Chua-Chin Wang, Senior Member, IEEE, Ching-Li Lee, and Ming-Kai Chang

**Abstract** —*A* low-cost video decoder for NTSC signals is described in this paper. The proposed NTSC video decoder design employs a 2D2L comb filter, and a DDFS (Direct Digital Frequency Synthesizer) -based DCO (digital control oscillator) based on a trigonometric quadruple angle formula in a digital PLL to track and lock the demodulation clocks. The complexity of the digital video decoder is consequently drastically reduced. The overall cost of the proposed design is 7.22 mm<sup>2</sup> (26 K gates). The maximum power dissipation is 109.2mW at the highest clock rate which is 21.48 MHz<sup>1</sup>.

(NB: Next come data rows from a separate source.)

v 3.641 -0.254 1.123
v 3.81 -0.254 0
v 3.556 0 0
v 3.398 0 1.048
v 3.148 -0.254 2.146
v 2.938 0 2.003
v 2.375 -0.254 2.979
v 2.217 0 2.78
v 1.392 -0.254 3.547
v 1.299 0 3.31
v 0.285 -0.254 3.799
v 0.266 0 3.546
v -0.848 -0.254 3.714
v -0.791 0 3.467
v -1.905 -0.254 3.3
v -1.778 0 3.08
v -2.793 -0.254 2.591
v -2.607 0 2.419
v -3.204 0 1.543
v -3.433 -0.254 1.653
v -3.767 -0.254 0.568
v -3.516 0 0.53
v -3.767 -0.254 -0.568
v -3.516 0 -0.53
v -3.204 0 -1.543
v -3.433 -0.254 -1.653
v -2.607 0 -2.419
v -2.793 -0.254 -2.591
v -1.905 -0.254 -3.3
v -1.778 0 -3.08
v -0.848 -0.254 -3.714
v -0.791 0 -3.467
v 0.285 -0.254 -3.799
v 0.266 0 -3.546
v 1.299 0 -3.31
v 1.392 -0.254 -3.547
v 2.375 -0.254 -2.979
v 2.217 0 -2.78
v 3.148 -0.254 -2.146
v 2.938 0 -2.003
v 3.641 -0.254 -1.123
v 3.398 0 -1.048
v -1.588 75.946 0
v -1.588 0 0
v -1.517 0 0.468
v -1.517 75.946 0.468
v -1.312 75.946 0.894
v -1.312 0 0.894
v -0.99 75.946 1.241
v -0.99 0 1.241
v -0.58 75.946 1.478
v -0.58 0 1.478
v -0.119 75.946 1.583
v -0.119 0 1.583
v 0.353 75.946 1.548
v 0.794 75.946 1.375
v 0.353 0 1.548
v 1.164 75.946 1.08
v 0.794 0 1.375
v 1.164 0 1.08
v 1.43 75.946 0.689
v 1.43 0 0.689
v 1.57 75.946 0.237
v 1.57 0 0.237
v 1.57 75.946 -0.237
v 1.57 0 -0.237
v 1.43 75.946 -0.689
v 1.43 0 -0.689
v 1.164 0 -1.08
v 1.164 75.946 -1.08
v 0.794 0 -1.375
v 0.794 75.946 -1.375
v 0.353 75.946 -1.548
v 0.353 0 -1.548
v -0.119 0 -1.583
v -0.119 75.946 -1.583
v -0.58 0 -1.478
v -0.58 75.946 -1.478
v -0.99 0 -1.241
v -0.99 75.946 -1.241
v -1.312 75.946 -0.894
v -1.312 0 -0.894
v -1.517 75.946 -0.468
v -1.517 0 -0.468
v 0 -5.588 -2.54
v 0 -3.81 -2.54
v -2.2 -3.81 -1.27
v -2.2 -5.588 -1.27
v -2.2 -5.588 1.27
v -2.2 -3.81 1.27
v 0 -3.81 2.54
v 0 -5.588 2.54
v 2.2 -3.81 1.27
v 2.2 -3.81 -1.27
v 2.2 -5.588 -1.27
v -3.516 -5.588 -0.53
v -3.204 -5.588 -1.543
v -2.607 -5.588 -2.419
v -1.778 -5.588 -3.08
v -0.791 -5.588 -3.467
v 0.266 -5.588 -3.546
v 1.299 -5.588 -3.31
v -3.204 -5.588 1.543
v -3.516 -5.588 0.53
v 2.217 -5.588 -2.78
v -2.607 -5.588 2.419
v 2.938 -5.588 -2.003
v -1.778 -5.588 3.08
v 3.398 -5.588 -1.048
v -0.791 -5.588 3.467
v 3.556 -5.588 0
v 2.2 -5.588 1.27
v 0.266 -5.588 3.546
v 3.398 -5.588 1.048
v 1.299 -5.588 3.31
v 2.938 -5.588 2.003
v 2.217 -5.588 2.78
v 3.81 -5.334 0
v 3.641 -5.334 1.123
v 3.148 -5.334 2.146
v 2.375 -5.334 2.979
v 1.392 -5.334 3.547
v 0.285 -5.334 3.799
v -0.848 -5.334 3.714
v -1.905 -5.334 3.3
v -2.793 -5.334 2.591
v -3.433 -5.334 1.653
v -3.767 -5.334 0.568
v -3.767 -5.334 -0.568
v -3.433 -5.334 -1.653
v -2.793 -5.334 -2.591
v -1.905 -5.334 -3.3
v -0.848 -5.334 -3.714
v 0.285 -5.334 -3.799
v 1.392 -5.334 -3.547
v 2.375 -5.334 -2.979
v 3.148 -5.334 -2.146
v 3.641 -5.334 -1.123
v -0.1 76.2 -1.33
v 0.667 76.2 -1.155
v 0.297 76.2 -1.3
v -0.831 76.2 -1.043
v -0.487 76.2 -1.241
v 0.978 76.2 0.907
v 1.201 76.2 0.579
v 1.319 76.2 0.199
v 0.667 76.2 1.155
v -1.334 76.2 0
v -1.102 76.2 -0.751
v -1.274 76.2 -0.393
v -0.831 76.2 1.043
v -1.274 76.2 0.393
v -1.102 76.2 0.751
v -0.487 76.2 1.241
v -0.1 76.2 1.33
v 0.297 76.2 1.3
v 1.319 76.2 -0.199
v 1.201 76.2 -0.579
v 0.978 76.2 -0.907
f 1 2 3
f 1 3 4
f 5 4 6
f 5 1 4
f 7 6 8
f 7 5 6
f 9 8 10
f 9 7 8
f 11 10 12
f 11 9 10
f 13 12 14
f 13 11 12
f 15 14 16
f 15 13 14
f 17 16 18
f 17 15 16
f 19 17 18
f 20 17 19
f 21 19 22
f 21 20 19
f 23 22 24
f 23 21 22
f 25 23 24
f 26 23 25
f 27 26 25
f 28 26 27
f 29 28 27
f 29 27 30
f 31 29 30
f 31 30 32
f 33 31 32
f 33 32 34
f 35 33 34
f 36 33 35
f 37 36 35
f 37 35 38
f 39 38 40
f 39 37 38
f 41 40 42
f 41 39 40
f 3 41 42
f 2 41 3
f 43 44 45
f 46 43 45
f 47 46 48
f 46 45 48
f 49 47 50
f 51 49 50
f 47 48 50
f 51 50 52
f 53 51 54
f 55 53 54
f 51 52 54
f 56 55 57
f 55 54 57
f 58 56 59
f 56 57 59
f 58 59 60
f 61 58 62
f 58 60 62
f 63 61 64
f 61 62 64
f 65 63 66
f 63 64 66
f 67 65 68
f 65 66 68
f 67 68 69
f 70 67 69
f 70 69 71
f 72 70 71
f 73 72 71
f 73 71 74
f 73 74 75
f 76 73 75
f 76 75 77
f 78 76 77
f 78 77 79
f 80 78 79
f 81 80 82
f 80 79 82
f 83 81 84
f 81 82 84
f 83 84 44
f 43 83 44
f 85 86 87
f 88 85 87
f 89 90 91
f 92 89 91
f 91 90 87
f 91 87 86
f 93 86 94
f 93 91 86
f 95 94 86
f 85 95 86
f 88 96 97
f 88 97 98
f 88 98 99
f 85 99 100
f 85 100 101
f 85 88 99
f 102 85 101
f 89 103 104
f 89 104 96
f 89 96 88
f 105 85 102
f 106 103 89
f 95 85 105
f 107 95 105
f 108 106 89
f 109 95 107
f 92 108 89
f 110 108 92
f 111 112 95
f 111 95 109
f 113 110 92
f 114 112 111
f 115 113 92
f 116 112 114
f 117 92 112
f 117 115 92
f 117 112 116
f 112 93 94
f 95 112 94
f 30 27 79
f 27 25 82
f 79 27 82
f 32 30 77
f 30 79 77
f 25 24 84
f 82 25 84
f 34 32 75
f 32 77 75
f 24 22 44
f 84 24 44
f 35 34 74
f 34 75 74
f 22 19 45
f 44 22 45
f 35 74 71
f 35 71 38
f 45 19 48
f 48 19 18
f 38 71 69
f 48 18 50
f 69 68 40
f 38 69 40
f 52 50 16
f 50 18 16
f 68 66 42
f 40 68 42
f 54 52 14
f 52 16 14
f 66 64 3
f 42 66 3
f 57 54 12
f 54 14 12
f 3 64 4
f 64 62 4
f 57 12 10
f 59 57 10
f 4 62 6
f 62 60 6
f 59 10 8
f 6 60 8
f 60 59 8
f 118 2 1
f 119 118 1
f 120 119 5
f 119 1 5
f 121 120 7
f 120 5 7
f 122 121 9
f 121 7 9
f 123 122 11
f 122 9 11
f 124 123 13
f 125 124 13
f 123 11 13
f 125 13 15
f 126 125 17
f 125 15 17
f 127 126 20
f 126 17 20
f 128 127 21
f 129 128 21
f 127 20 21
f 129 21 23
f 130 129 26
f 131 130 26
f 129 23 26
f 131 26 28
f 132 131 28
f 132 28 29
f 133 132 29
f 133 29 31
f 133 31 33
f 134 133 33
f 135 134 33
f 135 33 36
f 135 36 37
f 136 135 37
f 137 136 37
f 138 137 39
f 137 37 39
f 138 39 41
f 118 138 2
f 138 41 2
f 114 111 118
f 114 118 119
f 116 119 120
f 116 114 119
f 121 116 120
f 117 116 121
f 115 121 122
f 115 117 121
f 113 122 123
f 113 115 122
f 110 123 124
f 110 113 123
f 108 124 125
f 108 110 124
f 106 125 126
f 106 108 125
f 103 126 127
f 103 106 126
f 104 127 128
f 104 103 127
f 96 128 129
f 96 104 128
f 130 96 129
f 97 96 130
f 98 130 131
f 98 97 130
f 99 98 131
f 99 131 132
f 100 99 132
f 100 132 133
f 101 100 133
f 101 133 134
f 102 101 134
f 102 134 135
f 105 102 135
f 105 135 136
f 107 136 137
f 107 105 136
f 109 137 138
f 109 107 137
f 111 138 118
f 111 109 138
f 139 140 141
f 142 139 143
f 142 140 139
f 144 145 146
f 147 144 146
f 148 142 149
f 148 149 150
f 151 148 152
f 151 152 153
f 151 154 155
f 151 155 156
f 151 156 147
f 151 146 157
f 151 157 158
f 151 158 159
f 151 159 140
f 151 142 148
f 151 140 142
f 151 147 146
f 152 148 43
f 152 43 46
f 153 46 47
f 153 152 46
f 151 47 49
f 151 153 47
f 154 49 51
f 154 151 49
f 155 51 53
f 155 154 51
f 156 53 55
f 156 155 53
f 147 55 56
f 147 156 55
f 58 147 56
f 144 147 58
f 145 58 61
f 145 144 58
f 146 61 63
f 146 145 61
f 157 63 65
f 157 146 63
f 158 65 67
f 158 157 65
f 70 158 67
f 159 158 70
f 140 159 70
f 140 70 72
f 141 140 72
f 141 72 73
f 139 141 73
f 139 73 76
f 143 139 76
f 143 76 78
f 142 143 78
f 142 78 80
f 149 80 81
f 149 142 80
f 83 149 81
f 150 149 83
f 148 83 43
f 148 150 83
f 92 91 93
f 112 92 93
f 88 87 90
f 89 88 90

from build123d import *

# Parameters (mm, degrees)
F0_R     = 3.81
F1_DEPTH = 5.588
F2_DEPTH = 3.81
F3_R     = 1.5875
F4_DEPTH = 76.2
F5_SIZE  = 0.254
F6_SIZE  = 0.254


with BuildPart() as f1:
    # F0 (on Front) → F1 (new body)
    with BuildSketch(Plane.XZ):
        Circle(F0_R)
        Polygon((0, 2.54), (2.199705, 1.27), (2.199705, -1.27), (0, -2.54), (-2.199705, -1.27), (-2.199705, 1.27), align=None, mode=Mode.SUBTRACT)
    extrude(amount=F1_DEPTH)

    # F0 (on Front) → F2 (join)
    with BuildSketch(Plane.XZ):
        Polygon((2.199705, -1.27), (2.199705, 1.27), (0, 2.54), (-2.199705, 1.27), (-2.199705, -1.27), (0, -2.54), align=None)
    extrude(amount=F2_DEPTH)

    # F3 (on face) → F4 (join)
    with BuildSketch(Plane(origin=(0, 0, 0), x_dir=(-1, 0, 0), z_dir=(0, 1, 0))):
        Circle(F3_R)
    extrude(amount=F4_DEPTH)

    # F5
    f5_edges = [f1.edges().sort_by_distance(p)[0] for p in [
        (-3.81, -5.588, 0),
        (-3.81, 0, 0),
    ]]
    chamfer(f5_edges, length=F5_SIZE)

    # F6
    f6_edges = [f1.edges().sort_by_distance(p)[0] for p in [
        (1.5875, 76.2, 0),
    ]]
    chamfer(f6_edges, length=F6_SIZE)


solid = f1.part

Index Terms — color burst, comb filter, DDFS, line delay, NTSC, video decoder.

#### I. INTRODUCTION

Video decoders (VD) play a very important role in the design of the most popular consumer electronic devices: TVs. This is especially true for NTSC-based TVs [1]. The tasks of the VD include Y/C separation, sync separation, and color demodulation. Many prior attempts [8]-[13] have been reported to pursue a digital version of NTSC TVs. The difficulty in recovering the color information is the result of the poor received signal quality which in turn introduces serious jitters into the clocks of color burst as well as the H-sync and V-sync. We have therefore analyzed the PSNR (peak noise to ratio) performance of different comb filters in order to explore the lowest-cost feasible solution. A novel NTSC video decoder solution with a DDFS-based DCO (digital control oscillator) and a 2D2L comb filter [4] is described in this paper.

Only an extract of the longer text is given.